Personally I'd keep going for a bit.  I did redwood one time that took 4 days to finally get it to stop bubbling.  Just my opinion, but you shouldn't have any streams of bubbles, small one's that come off every few seconds works for me.  But what you've got here is still pretty strong.  I'm also not an expert but have had good luck with CJ in the past.  The only problem I can think that I've ever had was with drift wood, some turned out great while some too little to no CJ.  The other thing I've done with some success is to soak the piece overnight before applying the vacuum.


----------



## Mortalis (Oct 4, 2020)

Thanks for the feedback.
This was really punky wood but my thought was that viscosity of the juice comes into play with the capillary void size. 
I'll keep going with the vacuum.


----------



## 1080Wayne (Oct 4, 2020)

I would call it done . My interpretation of streams like that is that they are either small pockets of moisture ( unlikely if you dried the punky wood ) , or pockets of resin which vapourize under low pressure . Soft woods ( spruce , pine , fir etc ) and their cones will do it for days . I don`t think there is much to be gained by eliminating those pockets .


----------



## Mortalis (Oct 4, 2020)

1080Wayne said:


> I would call it done . My interpretation of streams like that is that they are either small pockets of moisture ( unlikely if you dried the punky wood ) , or pockets of resin which vapourize under low pressure . Soft woods ( spruce , pine , fir etc ) and their cones will do it for days . I don`t think there is much to be gained by eliminating those pockets .

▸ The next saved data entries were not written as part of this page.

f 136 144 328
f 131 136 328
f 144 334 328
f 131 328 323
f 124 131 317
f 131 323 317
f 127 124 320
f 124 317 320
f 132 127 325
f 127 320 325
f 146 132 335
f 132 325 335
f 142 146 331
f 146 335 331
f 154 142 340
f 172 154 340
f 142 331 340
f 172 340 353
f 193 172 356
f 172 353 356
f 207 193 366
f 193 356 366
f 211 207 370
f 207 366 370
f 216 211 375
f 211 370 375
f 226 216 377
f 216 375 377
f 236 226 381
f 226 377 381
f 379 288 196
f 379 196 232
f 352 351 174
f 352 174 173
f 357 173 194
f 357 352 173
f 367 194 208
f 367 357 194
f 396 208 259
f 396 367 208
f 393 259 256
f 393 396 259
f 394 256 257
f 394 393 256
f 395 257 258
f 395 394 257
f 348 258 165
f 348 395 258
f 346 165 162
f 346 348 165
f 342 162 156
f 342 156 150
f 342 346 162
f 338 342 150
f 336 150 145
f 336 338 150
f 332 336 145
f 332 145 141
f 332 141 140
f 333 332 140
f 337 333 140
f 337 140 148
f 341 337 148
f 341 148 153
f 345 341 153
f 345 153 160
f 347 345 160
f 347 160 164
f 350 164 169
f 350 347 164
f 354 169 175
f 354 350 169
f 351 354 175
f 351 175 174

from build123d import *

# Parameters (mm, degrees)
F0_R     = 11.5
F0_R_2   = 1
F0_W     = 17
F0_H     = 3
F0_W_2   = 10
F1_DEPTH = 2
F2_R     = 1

I did dry the wood for at least 12 hours at 220+ºF just to make sure it was dry before I started.


----------



## robutacion (Oct 4, 2020)

Mortalis said:


> I received some punky wood and have undertaken to stabilizing it as when I tried to turn it it was very fragile.
> *After 12 hours under vacuum in the Cactus Juice bath I still observe some very very tiny bubble (almost reminiscent of champagne bubbles) one stream from a couple of pieces of this wood*.
> Should I wait until there are no bubbles or are these very small bubbles not going to make that much of a difference?
> I took pictures and a short video. The pictures didn't do my query justice so the short video does the trick.


One other possibility to those bubbles after all those hours under vacuum is a leak, obvious a small one, while there the bubbles will keep coming to the surface, in fact, the size and consistency of the bubbles are directly the result of the leak size and they won't ever go away/stop.

Punk wood dried in an oven for all those hours and under vacuum for another 12 hours is more then ready to come out to drain and then cook.

Cheers
George


----------



## kwd1 (Oct 4, 2020)

Is the wood not covered by the cactus juice?
Not causing bubbles but was just curious.


----------